WHAT THE TASK REQUIRES — Print out the data below. Do not alter a single line.

Segment Start: RECORD SET

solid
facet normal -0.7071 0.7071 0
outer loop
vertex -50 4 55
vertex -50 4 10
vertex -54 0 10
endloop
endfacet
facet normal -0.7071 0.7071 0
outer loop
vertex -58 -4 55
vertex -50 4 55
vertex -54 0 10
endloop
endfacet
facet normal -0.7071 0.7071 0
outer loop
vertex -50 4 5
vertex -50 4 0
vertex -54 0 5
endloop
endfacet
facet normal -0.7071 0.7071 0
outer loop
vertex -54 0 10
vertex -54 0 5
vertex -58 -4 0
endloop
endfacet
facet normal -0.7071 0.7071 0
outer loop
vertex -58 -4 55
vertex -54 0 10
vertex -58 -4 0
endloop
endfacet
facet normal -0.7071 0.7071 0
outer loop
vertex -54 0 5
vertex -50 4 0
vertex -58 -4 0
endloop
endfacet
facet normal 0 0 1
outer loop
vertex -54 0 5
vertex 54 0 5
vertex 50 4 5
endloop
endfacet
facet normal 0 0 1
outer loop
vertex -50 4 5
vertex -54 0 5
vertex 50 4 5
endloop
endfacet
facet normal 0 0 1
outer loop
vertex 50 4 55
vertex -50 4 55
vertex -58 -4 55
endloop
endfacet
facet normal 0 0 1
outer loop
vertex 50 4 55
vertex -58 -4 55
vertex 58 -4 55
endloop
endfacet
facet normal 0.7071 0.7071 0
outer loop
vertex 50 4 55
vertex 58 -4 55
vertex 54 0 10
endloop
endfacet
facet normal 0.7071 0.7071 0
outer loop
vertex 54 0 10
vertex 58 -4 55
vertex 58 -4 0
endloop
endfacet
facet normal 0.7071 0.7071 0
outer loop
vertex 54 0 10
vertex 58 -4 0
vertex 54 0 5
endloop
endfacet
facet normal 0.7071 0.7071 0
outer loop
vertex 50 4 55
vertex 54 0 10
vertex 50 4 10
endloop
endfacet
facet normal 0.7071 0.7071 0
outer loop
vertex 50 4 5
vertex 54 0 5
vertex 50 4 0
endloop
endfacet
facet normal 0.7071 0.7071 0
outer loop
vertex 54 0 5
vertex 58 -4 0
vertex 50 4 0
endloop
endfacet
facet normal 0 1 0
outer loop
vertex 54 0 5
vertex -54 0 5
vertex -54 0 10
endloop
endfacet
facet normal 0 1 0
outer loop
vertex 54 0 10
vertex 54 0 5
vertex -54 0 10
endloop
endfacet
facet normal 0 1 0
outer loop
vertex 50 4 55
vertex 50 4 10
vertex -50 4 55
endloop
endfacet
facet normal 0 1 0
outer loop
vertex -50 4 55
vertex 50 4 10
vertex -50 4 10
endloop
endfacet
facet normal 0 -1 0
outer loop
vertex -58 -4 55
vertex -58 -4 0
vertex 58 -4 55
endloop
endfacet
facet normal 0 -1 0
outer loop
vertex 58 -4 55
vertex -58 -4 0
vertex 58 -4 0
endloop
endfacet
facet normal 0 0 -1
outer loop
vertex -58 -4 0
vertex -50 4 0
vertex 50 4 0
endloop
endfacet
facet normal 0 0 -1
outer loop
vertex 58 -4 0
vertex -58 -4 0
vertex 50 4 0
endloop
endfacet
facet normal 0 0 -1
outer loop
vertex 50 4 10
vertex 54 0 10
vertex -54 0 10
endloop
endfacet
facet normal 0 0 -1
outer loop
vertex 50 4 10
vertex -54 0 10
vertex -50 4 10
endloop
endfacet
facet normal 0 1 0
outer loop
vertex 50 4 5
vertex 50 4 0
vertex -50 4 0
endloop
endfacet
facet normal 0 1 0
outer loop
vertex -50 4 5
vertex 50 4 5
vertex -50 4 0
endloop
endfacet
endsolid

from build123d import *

# Parameters (mm, degrees)
F1_DEPTH = 55
F2_W     = 4
F2_H     = 5
F3_DEPTH = 58


with BuildPart() as f1:
    # F0 (on Top) → F1 (new body)
    with BuildSketch(Plane.XY):
        Polygon((-50, 4), (-58, -4), (58, -4), (50, 4), align=None)
    extrude(amount=F1_DEPTH)

    # F2 (on Right) → F3 (cut, symmetric)
    with BuildSketch(Plane.YZ):
        with Locations((2, 7.5)):
            Rectangle(F2_W, F2_H)
    extrude(amount=F3_DEPTH, both=True, mode=Mode.SUBTRACT)


solid = f1.part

Segment End: RECORD SET

TASK SOLUTION —
solid
facet normal -0.7071 0.7071 0
outer loop
vertex -50 4 55
vertex -50 4 10
vertex -54 0 10
endloop
endfacet
facet normal -0.7071 0.7071 0
outer loop
vertex -58 -4 55
vertex -50 4 55
vertex -54 0 10
endloop
endfacet
facet normal -0.7071 0.7071 0
outer loop
vertex -50 4 5
vertex -50 4 0
vertex -54 0 5
endloop
endfacet
facet normal -0.7071 0.7071 0
outer loop
vertex -54 0 10
vertex -54 0 5
vertex -58 -4 0
endloop
endfacet
facet normal -0.7071 0.7071 0
outer loop
vertex -58 -4 55
vertex -54 0 10
vertex -58 -4 0
endloop
endfacet
facet normal -0.7071 0.7071 0
outer loop
vertex -54 0 5
vertex -50 4 0
vertex -58 -4 0
endloop
endfacet
facet normal 0 0 1
outer loop
vertex -54 0 5
vertex 54 0 5
vertex 50 4 5
endloop
endfacet
facet normal 0 0 1
outer loop
vertex -50 4 5
vertex -54 0 5
vertex 50 4 5
endloop
endfacet
facet normal 0 0 1
outer loop
vertex 50 4 55
vertex -50 4 55
vertex -58 -4 55
endloop
endfacet
facet normal 0 0 1
outer loop
vertex 50 4 55
vertex -58 -4 55
vertex 58 -4 55
endloop
endfacet
facet normal 0.7071 0.7071 0
outer loop
vertex 50 4 55
vertex 58 -4 55
vertex 54 0 10
endloop
endfacet
facet normal 0.7071 0.7071 0
outer loop
vertex 54 0 10
vertex 58 -4 55
vertex 58 -4 0
endloop
endfacet
facet normal 0.7071 0.7071 0
outer loop
vertex 54 0 10
vertex 58 -4 0
vertex 54 0 5
endloop
endfacet
facet normal 0.7071 0.7071 0
outer loop
vertex 50 4 55
vertex 54 0 10
vertex 50 4 10
endloop
endfacet
facet normal 0.7071 0.7071 0
outer loop
vertex 50 4 5
vertex 54 0 5
vertex 50 4 0
endloop
endfacet
facet normal 0.7071 0.7071 0
outer loop
vertex 54 0 5
vertex 58 -4 0
vertex 50 4 0
endloop
endfacet
facet normal 0 1 0
outer loop
vertex 54 0 5
vertex -54 0 5
vertex -54 0 10
endloop
endfacet
facet normal 0 1 0
outer loop
vertex 54 0 10
vertex 54 0 5
vertex -54 0 10
endloop
endfacet
facet normal 0 1 0
outer loop
vertex 50 4 55
vertex 50 4 10
vertex -50 4 55
endloop
endfacet
facet normal 0 1 0
outer loop
vertex -50 4 55
vertex 50 4 10
vertex -50 4 10
endloop
endfacet
facet normal 0 -1 0
outer loop
vertex -58 -4 55
vertex -58 -4 0
vertex 58 -4 55
endloop
endfacet
facet normal 0 -1 0
outer loop
vertex 58 -4 55
vertex -58 -4 0
vertex 58 -4 0
endloop
endfacet
facet normal 0 0 -1
outer loop
vertex -58 -4 0
vertex -50 4 0
vertex 50 4 0
endloop
endfacet
facet normal 0 0 -1
outer loop
vertex 58 -4 0
vertex -58 -4 0
vertex 50 4 0
endloop
endfacet
facet normal 0 0 -1
outer loop
vertex 50 4 10
vertex 54 0 10
vertex -54 0 10
endloop
endfacet
facet normal 0 0 -1
outer loop
vertex 50 4 10
vertex -54 0 10
vertex -50 4 10
endloop
endfacet
facet normal 0 1 0
outer loop
vertex 50 4 5
vertex 50 4 0
vertex -50 4 0
endloop
endfacet
facet normal 0 1 0
outer loop
vertex -50 4 5
vertex 50 4 5
vertex -50 4 0
endloop
endfacet
endsolid

from build123d import *

# Parameters (mm, degrees)
F1_DEPTH = 55
F2_W     = 4
F2_H     = 5
F3_DEPTH = 58


with BuildPart() as f1:
    # F0 (on Top) → F1 (new body)
    with BuildSketch(Plane.XY):
        Polygon((-50, 4), (-58, -4), (58, -4), (50, 4), align=None)
    extrude(amount=F1_DEPTH)

    # F2 (on Right) → F3 (cut, symmetric)
    with BuildSketch(Plane.YZ):
        with Locations((2, 7.5)):
            Rectangle(F2_W, F2_H)
    extrude(amount=F3_DEPTH, both=True, mode=Mode.SUBTRACT)


solid = f1.part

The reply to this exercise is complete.